- What to produce: Using the records below, give again exactly the lines from the line that contains "e13 v9 v10 LINE" through the line that contains "v19 (139.7,-25.4,0)", both ends included, and only those.
Data section start
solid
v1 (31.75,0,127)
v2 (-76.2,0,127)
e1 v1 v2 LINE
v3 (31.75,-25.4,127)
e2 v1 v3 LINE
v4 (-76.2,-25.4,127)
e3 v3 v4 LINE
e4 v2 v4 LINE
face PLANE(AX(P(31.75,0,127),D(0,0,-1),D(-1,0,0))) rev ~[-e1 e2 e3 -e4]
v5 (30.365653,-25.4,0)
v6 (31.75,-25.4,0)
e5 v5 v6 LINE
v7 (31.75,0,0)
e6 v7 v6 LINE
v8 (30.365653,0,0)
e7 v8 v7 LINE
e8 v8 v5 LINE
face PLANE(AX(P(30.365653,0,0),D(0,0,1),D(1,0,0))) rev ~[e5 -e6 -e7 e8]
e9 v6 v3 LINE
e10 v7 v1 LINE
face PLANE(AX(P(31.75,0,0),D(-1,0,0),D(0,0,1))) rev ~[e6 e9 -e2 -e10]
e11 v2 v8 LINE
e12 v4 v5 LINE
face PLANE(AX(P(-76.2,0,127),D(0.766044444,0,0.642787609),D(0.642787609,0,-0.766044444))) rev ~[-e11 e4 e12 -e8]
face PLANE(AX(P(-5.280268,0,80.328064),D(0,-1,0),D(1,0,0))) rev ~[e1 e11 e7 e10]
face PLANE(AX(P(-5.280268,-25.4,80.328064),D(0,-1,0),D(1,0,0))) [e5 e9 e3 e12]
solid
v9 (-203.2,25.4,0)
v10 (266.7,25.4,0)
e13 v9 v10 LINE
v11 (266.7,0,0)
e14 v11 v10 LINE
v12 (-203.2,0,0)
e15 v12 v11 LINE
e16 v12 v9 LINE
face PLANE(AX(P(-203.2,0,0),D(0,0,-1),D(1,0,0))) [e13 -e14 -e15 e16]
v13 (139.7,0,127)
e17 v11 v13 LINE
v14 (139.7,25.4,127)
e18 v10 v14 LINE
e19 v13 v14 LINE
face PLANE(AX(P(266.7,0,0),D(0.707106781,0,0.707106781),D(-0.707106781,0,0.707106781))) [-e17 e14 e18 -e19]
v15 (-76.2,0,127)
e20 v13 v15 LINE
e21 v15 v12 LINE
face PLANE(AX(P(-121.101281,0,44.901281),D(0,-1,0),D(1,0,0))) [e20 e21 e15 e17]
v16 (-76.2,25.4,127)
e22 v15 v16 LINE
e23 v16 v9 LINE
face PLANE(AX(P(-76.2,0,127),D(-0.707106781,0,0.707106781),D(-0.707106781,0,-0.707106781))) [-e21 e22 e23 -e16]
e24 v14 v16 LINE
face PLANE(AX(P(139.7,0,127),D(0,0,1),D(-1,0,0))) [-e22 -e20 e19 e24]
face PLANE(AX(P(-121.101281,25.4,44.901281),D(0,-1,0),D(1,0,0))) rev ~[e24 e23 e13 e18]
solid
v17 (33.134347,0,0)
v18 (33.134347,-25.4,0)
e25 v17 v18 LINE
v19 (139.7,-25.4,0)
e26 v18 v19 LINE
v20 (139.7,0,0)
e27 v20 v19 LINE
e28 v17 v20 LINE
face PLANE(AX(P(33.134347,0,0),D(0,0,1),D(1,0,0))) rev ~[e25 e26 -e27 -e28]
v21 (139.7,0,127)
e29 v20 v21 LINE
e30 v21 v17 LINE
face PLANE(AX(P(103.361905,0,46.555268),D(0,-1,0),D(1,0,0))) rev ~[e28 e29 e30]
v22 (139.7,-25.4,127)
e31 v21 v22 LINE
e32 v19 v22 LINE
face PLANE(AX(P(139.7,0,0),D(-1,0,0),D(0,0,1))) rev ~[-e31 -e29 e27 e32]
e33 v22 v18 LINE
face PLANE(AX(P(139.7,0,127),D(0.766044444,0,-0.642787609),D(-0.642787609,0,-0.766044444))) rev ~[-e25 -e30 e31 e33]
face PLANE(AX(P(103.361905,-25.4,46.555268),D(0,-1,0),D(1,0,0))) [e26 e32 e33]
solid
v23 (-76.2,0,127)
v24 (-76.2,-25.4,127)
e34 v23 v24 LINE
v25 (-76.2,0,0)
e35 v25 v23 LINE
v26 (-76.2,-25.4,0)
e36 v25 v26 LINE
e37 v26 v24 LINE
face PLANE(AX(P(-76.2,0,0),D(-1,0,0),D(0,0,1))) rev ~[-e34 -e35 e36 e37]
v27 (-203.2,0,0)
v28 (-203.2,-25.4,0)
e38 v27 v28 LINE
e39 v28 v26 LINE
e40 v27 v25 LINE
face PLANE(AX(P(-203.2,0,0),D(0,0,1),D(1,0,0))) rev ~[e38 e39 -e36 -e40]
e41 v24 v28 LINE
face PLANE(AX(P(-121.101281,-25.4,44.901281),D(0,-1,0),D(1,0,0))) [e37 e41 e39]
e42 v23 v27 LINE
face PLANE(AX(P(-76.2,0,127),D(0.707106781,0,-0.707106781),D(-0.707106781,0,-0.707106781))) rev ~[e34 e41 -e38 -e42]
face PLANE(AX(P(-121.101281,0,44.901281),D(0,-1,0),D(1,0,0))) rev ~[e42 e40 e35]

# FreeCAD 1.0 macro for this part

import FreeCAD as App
import Part
import Sketcher
Q = App.Units.Quantity

doc = App.newDocument("Part")
body = doc.addObject("PartDesign::Body", "Body")
body.AllowCompound = True

# Sketch on XZ plane
sketch1 = doc.addObject("Sketcher::SketchObject", "Sketch")
body.addObject(sketch1)
sketch1.AttachmentSupport = (doc.XZ_Plane, [""])
sketch1.MapMode = "FlatFace"
sketch1.addGeometry([
    Part.LineSegment(App.Vector(-76.2, 127, 0), App.Vector(-203.2, 0, 0)),  # 0
    Part.LineSegment(App.Vector(-203.2, 0, 0), App.Vector(-76.2, 0, 0)),  # 1
    Part.LineSegment(App.Vector(-76.2, 0, 0), App.Vector(-76.2, 127, 0)),  # 2
    Part.LineSegment(App.Vector(31.8, 127, 0), App.Vector(-76.2, 127, 0)),  # 3
    Part.LineSegment(App.Vector(-76.2, 127, 0), App.Vector(30.4, 0, 0)),  # 4
    Part.LineSegment(App.Vector(30.4, 0, 0), App.Vector(31.8, 0, 0)),  # 5
    Part.LineSegment(App.Vector(31.8, 0, 0), App.Vector(31.8, 127, 0)),  # 6
    Part.LineSegment(App.Vector(139.7, 0, 0), App.Vector(139.7, 127, 0)),  # 7
    Part.LineSegment(App.Vector(139.7, 127, 0), App.Vector(33.1, 0, 0)),  # 8
    Part.LineSegment(App.Vector(33.1, 0, 0), App.Vector(139.7, 0, 0)),  # 9
], False)
sketch1.addConstraint([
    Sketcher.Constraint("Coincident", 0, 2, 1, 1),
    Sketcher.Constraint("Coincident", 1, 2, 2, 1),
    Sketcher.Constraint("Coincident", 2, 2, 0, 1),
    Sketcher.Constraint("Coincident", 3, 2, 4, 1),
    Sketcher.Constraint("Coincident", 4, 2, 5, 1),
    Sketcher.Constraint("Coincident", 5, 2, 6, 1),
    Sketcher.Constraint("Coincident", 6, 2, 3, 1),
    Sketcher.Constraint("Coincident", 7, 2, 8, 1),
    Sketcher.Constraint("Coincident", 8, 2, 9, 1),
    Sketcher.Constraint("Coincident", 9, 2, 7, 1),
    Sketcher.Constraint("Horizontal", 1),
    Sketcher.Constraint("Vertical", 2),
    Sketcher.Constraint("Horizontal", 3),
    Sketcher.Constraint("Horizontal", 5),
    Sketcher.Constraint("Vertical", 6),
    Sketcher.Constraint("Vertical", 7),
    Sketcher.Constraint("Horizontal", 9),
    Sketcher.Constraint("Coincident", 3, 2, 2, 2),
    Sketcher.Constraint("PointOnObject", 0, 2, -1),
    Sketcher.Constraint("PointOnObject", 4, 2, -1),
    Sketcher.Constraint("PointOnObject", 8, 2, -1),
    Sketcher.Constraint("Horizontal", 6, 2, 7, 2),
    Sketcher.Constraint("Equal", 1, 2),
    Sketcher.Constraint("Equal", 4, 8),
    Sketcher.Constraint("DistanceX", 1, 1, 1, 2, Q("5 in")),
    Sketcher.Constraint("DistanceX", 0, 2, -1, 1, Q("8 in")),
    Sketcher.Constraint("Angle", 4, Q("-50 deg")),
    Sketcher.Constraint("DistanceX", 3, 2, 3, 1, Q("4.25 in")),
    Sketcher.Constraint("DistanceX", -1, 1, 7, 2, Q("5.5 in")),
])
pad1 = doc.addObject("PartDesign::Pad", "Pad")
body.addObject(pad1)
pad1.Profile = sketch1
pad1.Length = Q("1 in")
body2 = doc.addObject("PartDesign::Body", "Body001")

# Sketch on XZ plane
sketch2 = doc.addObject("Sketcher::SketchObject", "Sketch001")
body2.addObject(sketch2)
sketch2.AttachmentSupport = (doc.getObject("XZ_Plane001"), [""])
sketch2.MapMode = "FlatFace"
sketch2.addGeometry([
    Part.LineSegment(App.Vector(-76, 127, 0), App.Vector(-203, 0, 0)),
    Part.LineSegment(App.Vector(-203, 0, 0), App.Vector(267, 0, 0)),
    Part.LineSegment(App.Vector(267, 0, 0), App.Vector(140, 127, 0)),
    Part.LineSegment(App.Vector(140, 127, 0), App.Vector(-76, 127, 0)),
], False)
sketch2.addConstraint([
    Sketcher.Constraint("Coincident", 0, 2, 1, 1),
    Sketcher.Constraint("Coincident", 1, 2, 2, 1),
    Sketcher.Constraint("Coincident", 2, 2, 3, 1),
    Sketcher.Constraint("Coincident", 3, 2, 0, 1),
    Sketcher.Constraint("Horizontal", 1),
    Sketcher.Constraint("Horizontal", 3),
    Sketcher.Constraint("PointOnObject", 0, 2, -1),
    Sketcher.Constraint("Perpendicular", 0, 2),
    Sketcher.Constraint("Equal", 0, 2),
    Sketcher.Constraint("DistanceX", 1, 1, 1, 2, Q("18.5 in")),
    Sketcher.Constraint("DistanceX", 3, 2, 3, 1, Q("8.5 in")),
    Sketcher.Constraint("DistanceX", 0, 2, -1, 1, Q("8 in")),
])
pad2 = doc.addObject("PartDesign::Pad", "Pad001")
body2.addObject(pad2)
pad2.Profile = sketch2
pad2.Length = Q("1 in")
pad2.Reversed = True

doc.recompute()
Data section end
- Answer to this exercise:
e13 v9 v10 LINE
v11 (266.7,0,0)
e14 v11 v10 LINE
v12 (-203.2,0,0)
e15 v12 v11 LINE
e16 v12 v9 LINE
face PLANE(AX(P(-203.2,0,0),D(0,0,-1),D(1,0,0))) [e13 -e14 -e15 e16]
v13 (139.7,0,127)
e17 v11 v13 LINE
v14 (139.7,25.4,127)
e18 v10 v14 LINE
e19 v13 v14 LINE
face PLANE(AX(P(266.7,0,0),D(0.707106781,0,0.707106781),D(-0.707106781,0,0.707106781))) [-e17 e14 e18 -e19]
v15 (-76.2,0,127)
e20 v13 v15 LINE
e21 v15 v12 LINE
face PLANE(AX(P(-121.101281,0,44.901281),D(0,-1,0),D(1,0,0))) [e20 e21 e15 e17]
v16 (-76.2,25.4,127)
e22 v15 v16 LINE
e23 v16 v9 LINE
face PLANE(AX(P(-76.2,0,127),D(-0.707106781,0,0.707106781),D(-0.707106781,0,-0.707106781))) [-e21 e22 e23 -e16]
e24 v14 v16 LINE
face PLANE(AX(P(139.7,0,127),D(0,0,1),D(-1,0,0))) [-e22 -e20 e19 e24]
face PLANE(AX(P(-121.101281,25.4,44.901281),D(0,-1,0),D(1,0,0))) rev ~[e24 e23 e13 e18]
solid
v17 (33.134347,0,0)
v18 (33.134347,-25.4,0)
e25 v17 v18 LINE
v19 (139.7,-25.4,0)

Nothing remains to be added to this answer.